Él la encontró cerca de Keswick, donde ella vivía con su padre —todo un caballero, pues el capitán Murray descendía de los Murray de toda la vida— en una bonita casita a orillas de Derwentwater[3], y de allí se la llevó a Lovel Grange. Ella no aportó ni un penique de dote, como tampoco se firmó ningún acuerdo matrimonial previo que la beneficiase. Su padre, por entonces ya bastante mayor, puso algunas leves objeciones a eso, pero al final prevaleció la ambición de la hija y se celebró el matrimonio. La hermosa joven fue llevada a Lovel Grange en su condición de esposa. No es necesario que relatemos todos los esfuerzos que había hecho el conde para llevársela de casa de su padre sin que contara con honores nupciales, pero sí hemos de decir que él jamás había respetado a ninguna mujer que despertara su lujuria. Era la norma, o casi el credo de su vida, que la mujer fue creada para satisfacer el apetito del hombre, y que el hombre que no se apoderase del encanto que se le ofrecía sólo era un pobre infeliz. Había vivido de un modo que le había enseñado que los hombres que se consagraban a sus mujeres, del mismo modo que una mujer se consagra a su marido, no eran más que unos pobres idiotas patosos que carecían de la capacidad para conseguir el único propósito por el que valía la pena vivir. Las mujeres eran una presa para él, como lo es el zorro para el cazador y el salmón para el pescador. Pero había adquirido gran pericia en ese su deporte y podía dedicarse a ese tipo de caza haciendo uso de todas las artimañas que otorga la experiencia. Sabía mirar a una mujer como si estuviese viendo todo el cielo divino en sus ojos, y sabía escucharla como si en su voz oyese la música de las esferas. Además sabía susurrar palabras que, para muchas mujeres, eran como esa misma música de las esferas, y sabía perseverar, dejando de lado todos los demás placeres para dedicarse de pleno a esa única villanía concreta con una tenacidad que casi le aseguraba el triunfo de antemano. Sin embargo, con Josephine Murray sólo consiguió triunfar según los términos que le permitieron a ella salir con él de la iglesia convertida en la condesa Lovel.
Aún no llevaban seis meses casados cuando él le dijo que su matrimonio no era tal, y que ella no era más que su querida.
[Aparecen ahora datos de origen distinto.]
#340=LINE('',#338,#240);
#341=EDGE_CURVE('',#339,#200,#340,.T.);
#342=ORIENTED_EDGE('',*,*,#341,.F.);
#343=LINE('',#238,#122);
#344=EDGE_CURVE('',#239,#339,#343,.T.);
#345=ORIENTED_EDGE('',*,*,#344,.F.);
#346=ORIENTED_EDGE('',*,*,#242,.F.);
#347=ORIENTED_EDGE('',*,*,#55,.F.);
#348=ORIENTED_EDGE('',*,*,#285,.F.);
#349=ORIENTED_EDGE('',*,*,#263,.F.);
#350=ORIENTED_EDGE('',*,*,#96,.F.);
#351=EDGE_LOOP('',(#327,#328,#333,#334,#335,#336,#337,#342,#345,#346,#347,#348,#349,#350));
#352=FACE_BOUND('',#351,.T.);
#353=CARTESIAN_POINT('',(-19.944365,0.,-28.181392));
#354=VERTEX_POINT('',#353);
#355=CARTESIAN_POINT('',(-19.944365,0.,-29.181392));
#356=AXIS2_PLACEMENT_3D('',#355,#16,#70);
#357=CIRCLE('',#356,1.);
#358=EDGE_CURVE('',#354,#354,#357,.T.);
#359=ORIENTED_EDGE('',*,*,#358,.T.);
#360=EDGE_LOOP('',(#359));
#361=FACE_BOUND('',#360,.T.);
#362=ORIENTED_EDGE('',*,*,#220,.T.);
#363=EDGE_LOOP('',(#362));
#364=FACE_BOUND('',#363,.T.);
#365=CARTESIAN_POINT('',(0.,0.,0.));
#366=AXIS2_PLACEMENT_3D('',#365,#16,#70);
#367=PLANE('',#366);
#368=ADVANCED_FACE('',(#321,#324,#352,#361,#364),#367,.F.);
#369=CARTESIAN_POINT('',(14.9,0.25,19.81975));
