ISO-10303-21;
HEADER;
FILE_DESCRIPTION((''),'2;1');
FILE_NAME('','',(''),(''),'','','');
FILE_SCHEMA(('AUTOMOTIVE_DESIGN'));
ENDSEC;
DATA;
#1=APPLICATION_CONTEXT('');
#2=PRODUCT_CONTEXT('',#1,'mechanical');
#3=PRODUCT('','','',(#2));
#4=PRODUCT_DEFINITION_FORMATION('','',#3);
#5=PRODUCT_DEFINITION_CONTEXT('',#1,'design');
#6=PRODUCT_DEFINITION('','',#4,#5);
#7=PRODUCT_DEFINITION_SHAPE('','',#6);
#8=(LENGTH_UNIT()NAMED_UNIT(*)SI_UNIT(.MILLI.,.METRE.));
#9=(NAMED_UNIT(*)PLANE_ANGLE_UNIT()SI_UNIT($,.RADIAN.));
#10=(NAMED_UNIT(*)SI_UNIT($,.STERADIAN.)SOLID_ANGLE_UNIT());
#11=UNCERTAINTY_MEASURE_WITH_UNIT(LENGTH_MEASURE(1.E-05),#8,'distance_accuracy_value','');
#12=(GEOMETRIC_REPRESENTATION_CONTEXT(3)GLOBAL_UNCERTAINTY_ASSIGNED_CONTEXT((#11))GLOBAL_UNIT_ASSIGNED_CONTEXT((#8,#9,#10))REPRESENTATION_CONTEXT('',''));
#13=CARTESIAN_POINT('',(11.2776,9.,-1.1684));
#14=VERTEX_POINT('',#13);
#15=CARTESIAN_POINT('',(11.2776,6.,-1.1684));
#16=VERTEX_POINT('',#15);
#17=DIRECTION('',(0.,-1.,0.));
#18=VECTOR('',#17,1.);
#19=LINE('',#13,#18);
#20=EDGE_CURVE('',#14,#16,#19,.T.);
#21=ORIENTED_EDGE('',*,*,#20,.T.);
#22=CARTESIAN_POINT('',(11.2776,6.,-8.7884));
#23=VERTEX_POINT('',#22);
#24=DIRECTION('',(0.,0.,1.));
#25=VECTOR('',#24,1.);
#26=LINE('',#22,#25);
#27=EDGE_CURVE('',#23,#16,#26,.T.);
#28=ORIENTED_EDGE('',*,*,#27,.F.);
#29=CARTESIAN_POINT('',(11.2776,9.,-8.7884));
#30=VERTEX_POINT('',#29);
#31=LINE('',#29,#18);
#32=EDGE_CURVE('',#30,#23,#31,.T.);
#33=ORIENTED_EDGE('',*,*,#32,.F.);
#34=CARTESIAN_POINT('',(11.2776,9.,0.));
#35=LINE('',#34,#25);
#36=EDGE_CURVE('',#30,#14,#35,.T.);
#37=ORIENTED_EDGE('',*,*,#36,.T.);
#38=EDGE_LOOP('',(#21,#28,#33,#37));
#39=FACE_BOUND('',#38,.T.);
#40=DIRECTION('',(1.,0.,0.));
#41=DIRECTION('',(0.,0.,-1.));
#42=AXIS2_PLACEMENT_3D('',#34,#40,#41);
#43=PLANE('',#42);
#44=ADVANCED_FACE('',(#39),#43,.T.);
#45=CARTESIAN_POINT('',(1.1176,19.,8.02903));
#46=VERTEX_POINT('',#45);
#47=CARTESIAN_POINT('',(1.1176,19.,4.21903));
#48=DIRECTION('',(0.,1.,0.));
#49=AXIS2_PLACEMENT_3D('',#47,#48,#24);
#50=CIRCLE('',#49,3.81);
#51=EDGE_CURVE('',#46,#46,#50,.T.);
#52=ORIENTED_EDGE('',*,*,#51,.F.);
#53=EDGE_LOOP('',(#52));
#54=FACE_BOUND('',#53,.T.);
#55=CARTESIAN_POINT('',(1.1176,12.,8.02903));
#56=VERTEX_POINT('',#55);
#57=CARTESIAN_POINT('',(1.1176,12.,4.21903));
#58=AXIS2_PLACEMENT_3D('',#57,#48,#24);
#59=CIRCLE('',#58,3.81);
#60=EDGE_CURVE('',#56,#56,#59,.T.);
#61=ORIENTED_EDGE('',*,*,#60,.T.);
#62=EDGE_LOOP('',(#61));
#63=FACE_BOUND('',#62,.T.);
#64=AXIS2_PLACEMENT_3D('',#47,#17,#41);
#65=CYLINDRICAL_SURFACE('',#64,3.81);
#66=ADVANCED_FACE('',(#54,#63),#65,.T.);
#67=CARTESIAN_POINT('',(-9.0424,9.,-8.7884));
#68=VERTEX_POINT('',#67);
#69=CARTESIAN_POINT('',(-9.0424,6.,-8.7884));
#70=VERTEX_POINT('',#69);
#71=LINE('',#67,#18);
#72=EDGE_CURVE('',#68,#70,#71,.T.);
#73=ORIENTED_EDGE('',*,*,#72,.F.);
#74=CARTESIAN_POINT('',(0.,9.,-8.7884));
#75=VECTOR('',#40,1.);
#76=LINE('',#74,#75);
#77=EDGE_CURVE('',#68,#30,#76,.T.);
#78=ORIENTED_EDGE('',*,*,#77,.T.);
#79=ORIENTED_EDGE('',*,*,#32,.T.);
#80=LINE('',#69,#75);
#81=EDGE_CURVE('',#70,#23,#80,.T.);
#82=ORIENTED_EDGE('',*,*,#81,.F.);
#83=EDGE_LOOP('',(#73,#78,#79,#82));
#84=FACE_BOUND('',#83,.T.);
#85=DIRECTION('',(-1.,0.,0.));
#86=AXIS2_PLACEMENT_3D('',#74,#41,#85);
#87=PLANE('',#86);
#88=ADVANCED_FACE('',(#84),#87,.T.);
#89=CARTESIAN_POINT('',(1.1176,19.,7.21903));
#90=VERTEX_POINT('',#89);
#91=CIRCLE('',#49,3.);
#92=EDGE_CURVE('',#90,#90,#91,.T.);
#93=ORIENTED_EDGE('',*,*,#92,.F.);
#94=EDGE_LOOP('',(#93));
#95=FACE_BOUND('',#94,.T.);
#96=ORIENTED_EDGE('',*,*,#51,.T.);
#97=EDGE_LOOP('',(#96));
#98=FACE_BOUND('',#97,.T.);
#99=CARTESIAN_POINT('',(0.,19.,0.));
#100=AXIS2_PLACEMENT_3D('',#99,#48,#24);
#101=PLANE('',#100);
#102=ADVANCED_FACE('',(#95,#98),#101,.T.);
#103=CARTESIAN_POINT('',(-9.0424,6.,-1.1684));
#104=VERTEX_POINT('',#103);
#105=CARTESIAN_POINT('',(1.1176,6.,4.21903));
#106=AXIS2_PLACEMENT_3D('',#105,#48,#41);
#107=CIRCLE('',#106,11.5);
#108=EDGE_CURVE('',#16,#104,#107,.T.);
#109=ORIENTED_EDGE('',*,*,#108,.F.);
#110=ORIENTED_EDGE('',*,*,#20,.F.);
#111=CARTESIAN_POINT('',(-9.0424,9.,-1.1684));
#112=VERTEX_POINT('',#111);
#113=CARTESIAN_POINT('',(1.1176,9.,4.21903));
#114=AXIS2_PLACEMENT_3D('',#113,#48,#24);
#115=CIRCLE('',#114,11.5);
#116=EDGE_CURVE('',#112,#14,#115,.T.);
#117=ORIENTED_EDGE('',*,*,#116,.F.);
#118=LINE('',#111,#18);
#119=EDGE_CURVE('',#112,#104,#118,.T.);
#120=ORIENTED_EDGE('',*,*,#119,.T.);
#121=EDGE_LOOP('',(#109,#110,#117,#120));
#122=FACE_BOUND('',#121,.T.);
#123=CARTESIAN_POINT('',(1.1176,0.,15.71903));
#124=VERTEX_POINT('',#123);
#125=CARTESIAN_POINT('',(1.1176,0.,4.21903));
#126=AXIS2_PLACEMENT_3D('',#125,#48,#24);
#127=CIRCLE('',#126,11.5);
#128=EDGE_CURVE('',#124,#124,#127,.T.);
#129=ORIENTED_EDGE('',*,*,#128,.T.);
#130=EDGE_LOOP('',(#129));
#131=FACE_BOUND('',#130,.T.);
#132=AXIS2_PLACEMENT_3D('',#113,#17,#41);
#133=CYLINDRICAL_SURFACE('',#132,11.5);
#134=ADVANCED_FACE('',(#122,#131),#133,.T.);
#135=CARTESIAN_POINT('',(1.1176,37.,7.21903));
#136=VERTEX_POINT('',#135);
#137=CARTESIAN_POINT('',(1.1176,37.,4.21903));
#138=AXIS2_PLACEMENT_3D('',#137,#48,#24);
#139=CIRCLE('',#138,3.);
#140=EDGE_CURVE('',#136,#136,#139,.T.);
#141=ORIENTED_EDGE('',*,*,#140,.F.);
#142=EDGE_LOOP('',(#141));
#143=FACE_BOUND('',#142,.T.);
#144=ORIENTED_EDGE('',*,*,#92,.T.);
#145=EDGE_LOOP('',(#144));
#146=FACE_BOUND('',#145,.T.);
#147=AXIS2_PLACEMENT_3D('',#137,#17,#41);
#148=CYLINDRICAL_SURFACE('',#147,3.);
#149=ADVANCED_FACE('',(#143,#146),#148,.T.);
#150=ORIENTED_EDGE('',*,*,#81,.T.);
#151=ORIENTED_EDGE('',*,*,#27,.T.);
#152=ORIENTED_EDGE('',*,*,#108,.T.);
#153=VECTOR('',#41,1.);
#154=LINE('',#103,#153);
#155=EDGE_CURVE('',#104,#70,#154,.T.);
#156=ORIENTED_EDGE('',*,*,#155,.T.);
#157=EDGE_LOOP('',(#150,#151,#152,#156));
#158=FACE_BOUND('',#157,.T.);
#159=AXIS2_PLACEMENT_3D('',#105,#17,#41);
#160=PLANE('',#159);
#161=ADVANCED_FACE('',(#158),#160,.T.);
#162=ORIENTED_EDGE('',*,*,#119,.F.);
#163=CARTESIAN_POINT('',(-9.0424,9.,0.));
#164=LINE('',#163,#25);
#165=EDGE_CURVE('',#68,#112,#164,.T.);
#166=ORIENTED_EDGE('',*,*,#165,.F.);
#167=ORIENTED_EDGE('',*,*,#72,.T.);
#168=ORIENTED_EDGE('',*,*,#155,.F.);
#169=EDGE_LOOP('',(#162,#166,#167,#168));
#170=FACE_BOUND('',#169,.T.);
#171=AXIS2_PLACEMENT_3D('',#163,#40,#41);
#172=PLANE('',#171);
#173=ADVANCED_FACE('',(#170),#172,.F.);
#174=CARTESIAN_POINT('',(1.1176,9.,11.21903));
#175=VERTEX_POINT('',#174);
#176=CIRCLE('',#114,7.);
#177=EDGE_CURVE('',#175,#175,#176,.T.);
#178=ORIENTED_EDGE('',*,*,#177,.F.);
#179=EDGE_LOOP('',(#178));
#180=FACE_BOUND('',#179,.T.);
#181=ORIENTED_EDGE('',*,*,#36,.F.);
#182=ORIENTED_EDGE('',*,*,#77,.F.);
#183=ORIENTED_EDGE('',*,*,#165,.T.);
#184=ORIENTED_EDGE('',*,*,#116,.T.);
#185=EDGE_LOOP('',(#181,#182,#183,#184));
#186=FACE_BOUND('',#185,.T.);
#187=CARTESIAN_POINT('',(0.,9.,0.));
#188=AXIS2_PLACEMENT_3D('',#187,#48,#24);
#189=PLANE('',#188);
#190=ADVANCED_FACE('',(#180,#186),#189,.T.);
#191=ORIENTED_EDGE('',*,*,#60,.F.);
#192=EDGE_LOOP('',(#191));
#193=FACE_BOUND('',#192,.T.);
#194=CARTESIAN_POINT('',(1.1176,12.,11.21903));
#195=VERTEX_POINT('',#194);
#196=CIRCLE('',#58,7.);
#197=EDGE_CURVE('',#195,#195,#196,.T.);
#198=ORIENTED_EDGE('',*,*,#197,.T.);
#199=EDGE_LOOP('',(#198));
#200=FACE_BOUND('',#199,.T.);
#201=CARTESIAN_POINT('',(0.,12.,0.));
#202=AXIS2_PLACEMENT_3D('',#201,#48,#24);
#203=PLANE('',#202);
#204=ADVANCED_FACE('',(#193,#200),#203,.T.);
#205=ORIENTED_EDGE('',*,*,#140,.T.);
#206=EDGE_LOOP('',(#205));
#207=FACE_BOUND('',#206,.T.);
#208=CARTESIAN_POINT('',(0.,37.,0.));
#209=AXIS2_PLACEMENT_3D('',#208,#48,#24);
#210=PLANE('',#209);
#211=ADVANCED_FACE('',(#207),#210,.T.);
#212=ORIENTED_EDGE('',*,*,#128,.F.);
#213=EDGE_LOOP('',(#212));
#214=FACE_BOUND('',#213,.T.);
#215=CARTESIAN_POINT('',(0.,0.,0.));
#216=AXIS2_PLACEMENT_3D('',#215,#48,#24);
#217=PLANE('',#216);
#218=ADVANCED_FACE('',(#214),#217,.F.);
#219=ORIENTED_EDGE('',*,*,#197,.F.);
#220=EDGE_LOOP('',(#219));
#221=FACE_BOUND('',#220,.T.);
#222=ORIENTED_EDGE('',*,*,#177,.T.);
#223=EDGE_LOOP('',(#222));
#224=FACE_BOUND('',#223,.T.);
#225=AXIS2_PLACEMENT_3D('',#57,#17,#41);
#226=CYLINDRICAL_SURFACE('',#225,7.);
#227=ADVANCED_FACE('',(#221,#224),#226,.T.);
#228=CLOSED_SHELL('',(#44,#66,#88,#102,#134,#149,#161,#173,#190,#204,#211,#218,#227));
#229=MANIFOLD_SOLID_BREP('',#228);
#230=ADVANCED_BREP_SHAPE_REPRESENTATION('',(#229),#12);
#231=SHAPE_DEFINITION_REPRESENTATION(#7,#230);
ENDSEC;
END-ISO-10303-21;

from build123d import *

# Parameters (mm, degrees)
SKETCH1_R           = 7
BOSS_EXTRUDE1_DEPTH = 9
SKETCH1_3_R         = 7
SKETCH1_3_R_2       = 3.81
BOSS_EXTRUDE2_DEPTH = 12
SKETCH1_4_R         = 3.81
SKETCH1_4_R_2       = 3
BOSS_EXTRUDE3_DEPTH = 19
SKETCH1_5_R         = 3
BOSS_EXTRUDE4_DEPTH = 37
CUT_EXTRUDE1_DEPTH  = 6


with BuildPart() as part:
    # Sketch1 → Boss-Extrude1 (new body)
    with BuildSketch(Plane(origin=(0, 0, 0), x_dir=(1, 0, 0), z_dir=(0, 1, 0))):
        with BuildLine():
            Line((11.2776, 8.7884), (-9.0424, 8.7884))
            Line((-9.0424, 8.7884), (-9.0424, 1.1684))
            ThreePointArc((-9.0424, 1.1684), (1.1176, -15.719029814), (11.2776, 1.1684))
            Line((11.2776, 1.1684), (11.2776, 8.7884))
        make_face()
        with Locations((1.1176, -4.219029814)):
            Circle(SKETCH1_R, mode=Mode.SUBTRACT)
    extrude(amount=BOSS_EXTRUDE1_DEPTH)

    # Sketch1<3> → Boss-Extrude2 (add)
    with BuildSketch(Plane(origin=(0, 0, 0), x_dir=(1, 0, 0), z_dir=(0, 1, 0))):
        with Locations((1.1176, -4.219029814)):
            Circle(SKETCH1_3_R)
        with Locations((1.1176, -4.219029814)):
            Circle(SKETCH1_3_R_2, mode=Mode.SUBTRACT)
    extrude(amount=BOSS_EXTRUDE2_DEPTH)

    # Sketch1<4> → Boss-Extrude3 (add)
    with BuildSketch(Plane(origin=(0, 0, 0), x_dir=(1, 0, 0), z_dir=(0, 1, 0))):
        with Locations((1.1176, -4.219029814)):
            Circle(SKETCH1_4_R)
        with Locations((1.1176, -4.219029814)):
            Circle(SKETCH1_4_R_2, mode=Mode.SUBTRACT)
    extrude(amount=BOSS_EXTRUDE3_DEPTH)

    # Sketch1<5> → Boss-Extrude4 (add)
    with BuildSketch(Plane(origin=(0, 0, 0), x_dir=(1, 0, 0), z_dir=(0, 1, 0))):
        with Locations((1.1176, -4.219029814)):
            Circle(SKETCH1_5_R)
    extrude(amount=BOSS_EXTRUDE4_DEPTH)

    # Sketch2 → Cut-Extrude1 (cut)
    with BuildSketch(Plane(origin=(0, 0, 0), x_dir=(-1, 0, 0), z_dir=(0, -1, 0))):
        with BuildLine():
            Line((9.0424, 1.1684), (9.0424, 8.7884))
            Line((9.0424, 8.7884), (-11.2776, 8.7884))
            Line((-11.2776, 8.7884), (-11.2776, 1.1684))
            ThreePointArc((-11.2776, 1.1684), (-1.1176, 7.280970186), (9.0424, 1.1684))
        make_face()
    extrude(amount=-CUT_EXTRUDE1_DEPTH, mode=Mode.SUBTRACT)


solid = part.part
Se trataba de un hombre de tanta audacia que no tenía ningún miedo a la ley y era inmune a cualquier amenaza o interferencia. Le aseguró que la amaba y que estaría encantado de que siguiera viviendo con él, pero no era su esposa, ni el hijo que esperaba podría ser el heredero de su título o reclamar nada de lo que poseía. De verdad la amaba, después de haber comprobado que no se hartaba de ella tras seis meses juntos. Se iba a volver a Italia, y le ofreció llevarla consigo, pero dijo que no podía consentir la farsa de que ella permaneciera en Lovel Grange diciendo ser la condesa Lovel. Si lo acompañaba a Palermo, donde tenía un castillo, y se quedaba con él en su yate, podría viajar de momento haciéndose pasar por su esposa. Pero que le quedara claro que no lo era. Sólo era su querida.
Por supuesto, ella fue corriendo a contárselo a su padre. Por supuesto, invocó a todos los Murray de dentro y fuera de Escocia. Por supuesto, hubo muchas amenazas, así como un duelo cerca de Londres en el que lord Lovel consintió que le disparasen dos veces, tras lo que afirmó que no creía que las circunstancias del caso requiriesen que le dispararan más. En medio de todo eso ella tuvo una hija y su padre murió, mientras todavía se le permitía que viviera en Lovel Grange. Pero ¿qué debía hacer? Según él, ya estaba casado con otra al contraer nupcias con ella, por lo que no era ni podía ser su mujer. ¿Debía denunciarlo por bigamia, con lo que estaría reconociendo que no era su mujer y que su hija era ilegítima? Por las pruebas que consiguió reunir, parecía que la italiana con la que el conde se había casado años atrás había muerto antes de que la desposara a ella. Sin embargo, el conde afirmó que la condesa, la auténtica condesa, no había pagado su deuda con la naturaleza hasta unos meses después de la pequeña ceremonia nupcial que había tenido lugar en la iglesia de Applethwaite. En un momento de debilidad Josephine se tiró a sus pies y le pidió que repitiesen la ceremonia. Él se agachó sobre ella, la besó y sonrió. «Mi preciosa niña —dijo—, ¿a santo de qué iba yo a hacer eso?». Nunca la volvió a besar.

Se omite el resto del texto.